Telanjur Berkhayal Gaji Rp19 Miliar Penjaga Mercusuar Ternyata Hoaks, Ini Faktanya!
- account_circle Yelki
- calendar_month Selasa, 23 Jun 2026
- print Cetak

Mercusuar La Jument di lepas pantai Brittany
PARIS – Impian kaum rebahan dan pencari kerja instan untuk mendadak kaya raya lewat jalur menjaga menara di tengah laut tampaknya harus kandas di tengah jalan. Jagat media sosial baru-baru ini dihebohkan oleh narasi menggiurkan yang mengklaim bahwa pemerintah Prancis menawarkan gaji fantastis sebesar 1,2 juta Dolar AS atau setara Rp19,7 miliar per tahun bagi siapa saja yang bernyali menjaga Mercusuar La Jument di lepas pantai Brittany.
Namun, berdasarkan investigasi jurnalistik dan konfirmasi resmi yang dihimpun dari kantor berita AFP, informasi yang beredar masif di platform TikTok dan Facebook sejak Mei hingga Juni 2025 tersebut dipastikan sebagai kabar bohong alias hoaks. Nyatanya, mercusuar ikonik yang kerap dihantam ombak raksasa tersebut tidak lagi membutuhkan tenaga manusia.
Sudah Digantikan Robot Sejak Dekade 90-an
Mengapa lowongan tersebut dipastikan palsu? Direktorat Antarwilayah Wilayah Barat Laut Atlantik Utara (DIRM NAMO) Prancis menjelaskan bahwa Mercusuar La Jument telah menerapkan sistem otomatisasi penuh sejak tahun 1991. Artinya, sudah 35 tahun menara tersebut dioperasikan oleh teknologi, bukan oleh manusia yang kesepian.
“Tidak ada penjaga di mercusuar La Jument atau di mercusuar manapun di Prancis. Semua sudah otomatis. Staf kami hanya berkunjung secara berkala untuk melakukan perawatan,” tegas pihak DIRM NAMO melalui keterangan resminya kepada AFP.
Kantor Pariwisata Pulau Ouessant—wilayah tempat menara suar itu berdiri—juga ikut menepuk jidat melihat kelakuan netizen dunia maya. Mereka menegaskan, selain tidak ada lowongan kerja sejak tahun 1991, besaran gaji riil penjaga menara di masa lalu sangat jauh di bawah angka 1 juta Dolar AS. Angka Rp19,7 miliar tersebut murni kreativitas oknum pembuat clickbait demi mendulang pundi-pundi iklan digital di situs web mereka.

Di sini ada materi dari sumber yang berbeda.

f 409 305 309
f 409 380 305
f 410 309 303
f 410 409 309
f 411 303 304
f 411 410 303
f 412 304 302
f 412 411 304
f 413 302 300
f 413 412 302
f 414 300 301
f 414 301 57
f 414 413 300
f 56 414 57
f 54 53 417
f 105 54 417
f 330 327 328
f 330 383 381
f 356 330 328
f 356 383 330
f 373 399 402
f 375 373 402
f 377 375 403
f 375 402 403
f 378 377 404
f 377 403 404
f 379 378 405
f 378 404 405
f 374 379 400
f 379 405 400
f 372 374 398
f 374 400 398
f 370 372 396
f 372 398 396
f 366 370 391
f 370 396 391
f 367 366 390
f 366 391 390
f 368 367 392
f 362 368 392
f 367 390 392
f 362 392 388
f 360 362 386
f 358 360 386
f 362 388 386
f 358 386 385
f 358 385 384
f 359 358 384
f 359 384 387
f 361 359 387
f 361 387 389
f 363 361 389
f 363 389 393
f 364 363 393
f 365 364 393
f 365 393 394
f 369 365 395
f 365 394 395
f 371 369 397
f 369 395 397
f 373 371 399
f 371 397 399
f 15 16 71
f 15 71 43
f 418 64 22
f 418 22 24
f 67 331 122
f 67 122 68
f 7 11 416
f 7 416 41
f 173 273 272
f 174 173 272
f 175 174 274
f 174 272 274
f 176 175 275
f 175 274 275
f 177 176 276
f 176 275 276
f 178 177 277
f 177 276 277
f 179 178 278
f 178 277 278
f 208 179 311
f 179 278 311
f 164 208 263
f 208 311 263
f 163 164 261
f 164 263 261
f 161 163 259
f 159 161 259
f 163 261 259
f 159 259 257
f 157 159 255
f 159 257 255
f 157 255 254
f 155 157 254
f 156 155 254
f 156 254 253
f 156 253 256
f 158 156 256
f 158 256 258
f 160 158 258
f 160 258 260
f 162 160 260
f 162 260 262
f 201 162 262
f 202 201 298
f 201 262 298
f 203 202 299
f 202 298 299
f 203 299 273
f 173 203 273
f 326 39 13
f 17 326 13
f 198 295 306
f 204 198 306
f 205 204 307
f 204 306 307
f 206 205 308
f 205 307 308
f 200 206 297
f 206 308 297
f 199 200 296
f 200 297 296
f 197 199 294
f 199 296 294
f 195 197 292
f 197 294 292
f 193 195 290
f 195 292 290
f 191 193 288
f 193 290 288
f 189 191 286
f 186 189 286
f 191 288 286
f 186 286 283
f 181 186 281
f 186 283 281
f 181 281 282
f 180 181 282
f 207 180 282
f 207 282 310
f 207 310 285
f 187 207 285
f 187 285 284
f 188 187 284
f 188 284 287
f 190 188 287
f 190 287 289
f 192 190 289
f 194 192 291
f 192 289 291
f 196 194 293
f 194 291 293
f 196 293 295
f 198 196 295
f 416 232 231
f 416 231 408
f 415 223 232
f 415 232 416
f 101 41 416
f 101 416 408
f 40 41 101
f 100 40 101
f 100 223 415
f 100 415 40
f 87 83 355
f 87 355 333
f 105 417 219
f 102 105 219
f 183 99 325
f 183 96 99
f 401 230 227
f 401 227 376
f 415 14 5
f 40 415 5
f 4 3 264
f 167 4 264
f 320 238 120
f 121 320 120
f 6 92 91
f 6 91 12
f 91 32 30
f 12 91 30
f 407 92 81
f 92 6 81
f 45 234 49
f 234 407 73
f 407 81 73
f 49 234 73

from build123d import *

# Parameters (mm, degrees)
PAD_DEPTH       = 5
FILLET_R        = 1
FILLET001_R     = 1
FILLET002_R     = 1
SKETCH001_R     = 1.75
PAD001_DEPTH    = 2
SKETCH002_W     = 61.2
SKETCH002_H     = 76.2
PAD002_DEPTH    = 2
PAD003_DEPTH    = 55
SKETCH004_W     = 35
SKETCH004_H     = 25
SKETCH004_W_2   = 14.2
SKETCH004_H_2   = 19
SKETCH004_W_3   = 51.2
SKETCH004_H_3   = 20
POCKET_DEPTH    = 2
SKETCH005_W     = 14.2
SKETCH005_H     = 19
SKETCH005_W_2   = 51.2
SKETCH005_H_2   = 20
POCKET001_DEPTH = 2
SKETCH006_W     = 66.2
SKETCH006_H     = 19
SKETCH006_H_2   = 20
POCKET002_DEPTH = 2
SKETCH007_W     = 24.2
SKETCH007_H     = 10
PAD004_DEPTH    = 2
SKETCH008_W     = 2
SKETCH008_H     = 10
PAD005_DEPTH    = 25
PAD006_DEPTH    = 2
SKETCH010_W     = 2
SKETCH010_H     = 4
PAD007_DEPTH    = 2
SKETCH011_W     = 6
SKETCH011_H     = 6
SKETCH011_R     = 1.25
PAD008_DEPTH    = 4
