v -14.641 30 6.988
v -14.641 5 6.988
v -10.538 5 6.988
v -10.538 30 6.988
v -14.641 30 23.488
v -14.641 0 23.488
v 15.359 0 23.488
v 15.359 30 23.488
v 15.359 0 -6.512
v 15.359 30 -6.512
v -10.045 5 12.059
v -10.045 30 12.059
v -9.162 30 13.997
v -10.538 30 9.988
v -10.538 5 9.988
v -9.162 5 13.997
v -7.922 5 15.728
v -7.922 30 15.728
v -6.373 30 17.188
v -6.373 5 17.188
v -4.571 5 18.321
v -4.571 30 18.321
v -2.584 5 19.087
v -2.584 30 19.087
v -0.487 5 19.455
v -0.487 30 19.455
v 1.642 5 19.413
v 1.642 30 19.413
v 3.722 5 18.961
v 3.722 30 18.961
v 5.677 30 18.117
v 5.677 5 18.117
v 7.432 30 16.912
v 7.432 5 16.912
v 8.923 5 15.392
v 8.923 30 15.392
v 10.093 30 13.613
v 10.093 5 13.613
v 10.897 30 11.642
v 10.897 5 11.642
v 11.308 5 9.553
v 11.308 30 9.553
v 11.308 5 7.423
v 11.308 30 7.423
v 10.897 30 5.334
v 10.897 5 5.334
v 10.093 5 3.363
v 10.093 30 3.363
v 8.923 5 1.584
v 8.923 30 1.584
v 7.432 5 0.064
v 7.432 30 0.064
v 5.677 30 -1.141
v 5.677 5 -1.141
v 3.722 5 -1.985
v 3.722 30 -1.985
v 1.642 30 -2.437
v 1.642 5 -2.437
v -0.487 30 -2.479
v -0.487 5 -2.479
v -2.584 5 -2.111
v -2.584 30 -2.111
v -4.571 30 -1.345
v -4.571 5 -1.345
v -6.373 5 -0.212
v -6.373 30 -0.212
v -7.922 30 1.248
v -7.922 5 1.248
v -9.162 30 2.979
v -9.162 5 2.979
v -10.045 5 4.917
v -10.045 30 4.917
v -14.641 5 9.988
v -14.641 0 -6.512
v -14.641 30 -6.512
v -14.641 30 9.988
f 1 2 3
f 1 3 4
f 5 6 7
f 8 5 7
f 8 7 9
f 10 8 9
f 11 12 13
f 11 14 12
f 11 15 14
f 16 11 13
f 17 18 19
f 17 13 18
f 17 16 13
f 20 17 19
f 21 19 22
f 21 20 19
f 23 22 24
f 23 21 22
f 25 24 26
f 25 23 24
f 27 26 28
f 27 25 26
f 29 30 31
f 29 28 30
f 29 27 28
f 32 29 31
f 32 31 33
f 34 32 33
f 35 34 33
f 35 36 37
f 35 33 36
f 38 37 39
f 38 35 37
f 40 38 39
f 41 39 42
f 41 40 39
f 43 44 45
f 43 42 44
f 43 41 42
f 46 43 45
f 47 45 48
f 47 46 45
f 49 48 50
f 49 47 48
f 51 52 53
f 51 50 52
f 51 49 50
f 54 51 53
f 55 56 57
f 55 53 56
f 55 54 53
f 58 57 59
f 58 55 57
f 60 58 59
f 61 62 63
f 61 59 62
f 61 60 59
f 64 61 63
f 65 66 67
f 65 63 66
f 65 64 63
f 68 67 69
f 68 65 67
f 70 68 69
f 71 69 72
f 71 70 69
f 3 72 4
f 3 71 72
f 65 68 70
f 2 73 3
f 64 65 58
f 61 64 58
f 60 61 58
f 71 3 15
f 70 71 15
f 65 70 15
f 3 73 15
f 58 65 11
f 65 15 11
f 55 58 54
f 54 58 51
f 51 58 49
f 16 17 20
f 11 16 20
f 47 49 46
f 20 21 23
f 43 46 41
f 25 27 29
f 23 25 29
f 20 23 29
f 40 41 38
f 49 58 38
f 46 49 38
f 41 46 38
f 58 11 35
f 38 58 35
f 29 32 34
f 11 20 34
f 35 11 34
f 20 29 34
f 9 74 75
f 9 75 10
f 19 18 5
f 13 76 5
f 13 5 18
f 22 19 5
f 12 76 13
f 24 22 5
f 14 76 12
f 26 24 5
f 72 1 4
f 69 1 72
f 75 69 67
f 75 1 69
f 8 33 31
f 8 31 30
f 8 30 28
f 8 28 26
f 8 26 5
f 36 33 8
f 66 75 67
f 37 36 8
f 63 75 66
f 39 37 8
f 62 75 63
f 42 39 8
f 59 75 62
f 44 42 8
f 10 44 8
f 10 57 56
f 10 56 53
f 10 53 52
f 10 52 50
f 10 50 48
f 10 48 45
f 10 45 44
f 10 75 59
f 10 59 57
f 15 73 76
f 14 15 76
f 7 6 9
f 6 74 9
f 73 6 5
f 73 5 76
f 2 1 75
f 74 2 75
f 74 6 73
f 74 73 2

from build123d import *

# Parameters (mm, degrees)
SKETCH1_W           = 30
SKETCH1_H           = 30
SKETCH1_R           = 11
BOSS_EXTRUDE1_DEPTH = 30
SKETCH2_W           = 3
SKETCH2_H           = 30
CUT_EXTRUDE1_DEPTH  = 11
SKETCH4_W           = 30
SKETCH4_H           = 30
BOSS_EXTRUDE3_DEPTH = 5


with BuildPart() as part:
    # Sketch1 → Boss-Extrude1 (new body)
    with BuildSketch(Plane(origin=(0, 0, 0), x_dir=(1, 0, 0), z_dir=(0, 1, 0))):
        with Locations((0.359281437, -8.488023952)):
            Rectangle(SKETCH1_W, SKETCH1_H)
        with Locations((0.359281437, -8.488023952)):
            Circle(SKETCH1_R, mode=Mode.SUBTRACT)
    extrude(amount=BOSS_EXTRUDE1_DEPTH)

    # Sketch2 → Cut-Extrude1 (cut)
    with BuildSketch(Plane.ZY.offset(14.640718563)):
        with Locations((8.488023952, 15)):
            Rectangle(SKETCH2_W, SKETCH2_H)
    extrude(amount=-CUT_EXTRUDE1_DEPTH, mode=Mode.SUBTRACT)

    # Sketch4 → Boss-Extrude3 (add)
    with BuildSketch(Plane.XZ):
        with Locations((0.359281437, 8.488023952)):
            Rectangle(SKETCH4_W, SKETCH4_H)
    extrude(amount=-BOSS_EXTRUDE3_DEPTH)


solid = part.part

Foto Legendaris dan Kecerdasan Buatan yang Ikut “Terkecoh”
Bagaimana hoaks ini bisa terlihat begitu meyakinkan di mata publik? Narasi palsu ini memanfaatkan foto sangat dramatis karya fotografer Prancis, Jean Guichard, yang diambil pada tahun 1989. Foto yang memperlihatkan penjaga asli bernama Théodore Malgorn berdiri di pintu menara tepat saat ombak raksasa menggulung tersebut merupakan juara kedua kontes World Press Photo 1991. Foto bersejarah itulah yang dicomot dan ditempeli teks palsu demi memancing reaksi netizen.
Parahnya lagi, pusaran misinformasi ini sempat membuat teknologi Kecerdasan Buatan (AI) ikut linglung. Penelusuran menggunakan mesin pencari Bing dan Google menunjukkan bahwa fitur ringkasan AI sempat memvalidasi kebohongan tersebut dengan merujuk pada artikel-artikel palsu dan unggahan media sosial yang viral. Beruntung, pencarian berbasis bahasa Prancis langsung meluruskan bahwa lowongan itu fiktif.
Dengan adanya klarifikasi resmi ini, masyarakat diimbau untuk lebih selektif dalam menyerap informasi lowongan pekerjaan di media sosial. Sebelum Anda memutuskan untuk resign dari pekerjaan sekarang demi mengejar gaji miliaran di tengah Samudra Atlantik, pastikan dahulu bahwa posisi yang Anda incar tidak sedang diisi oleh robot.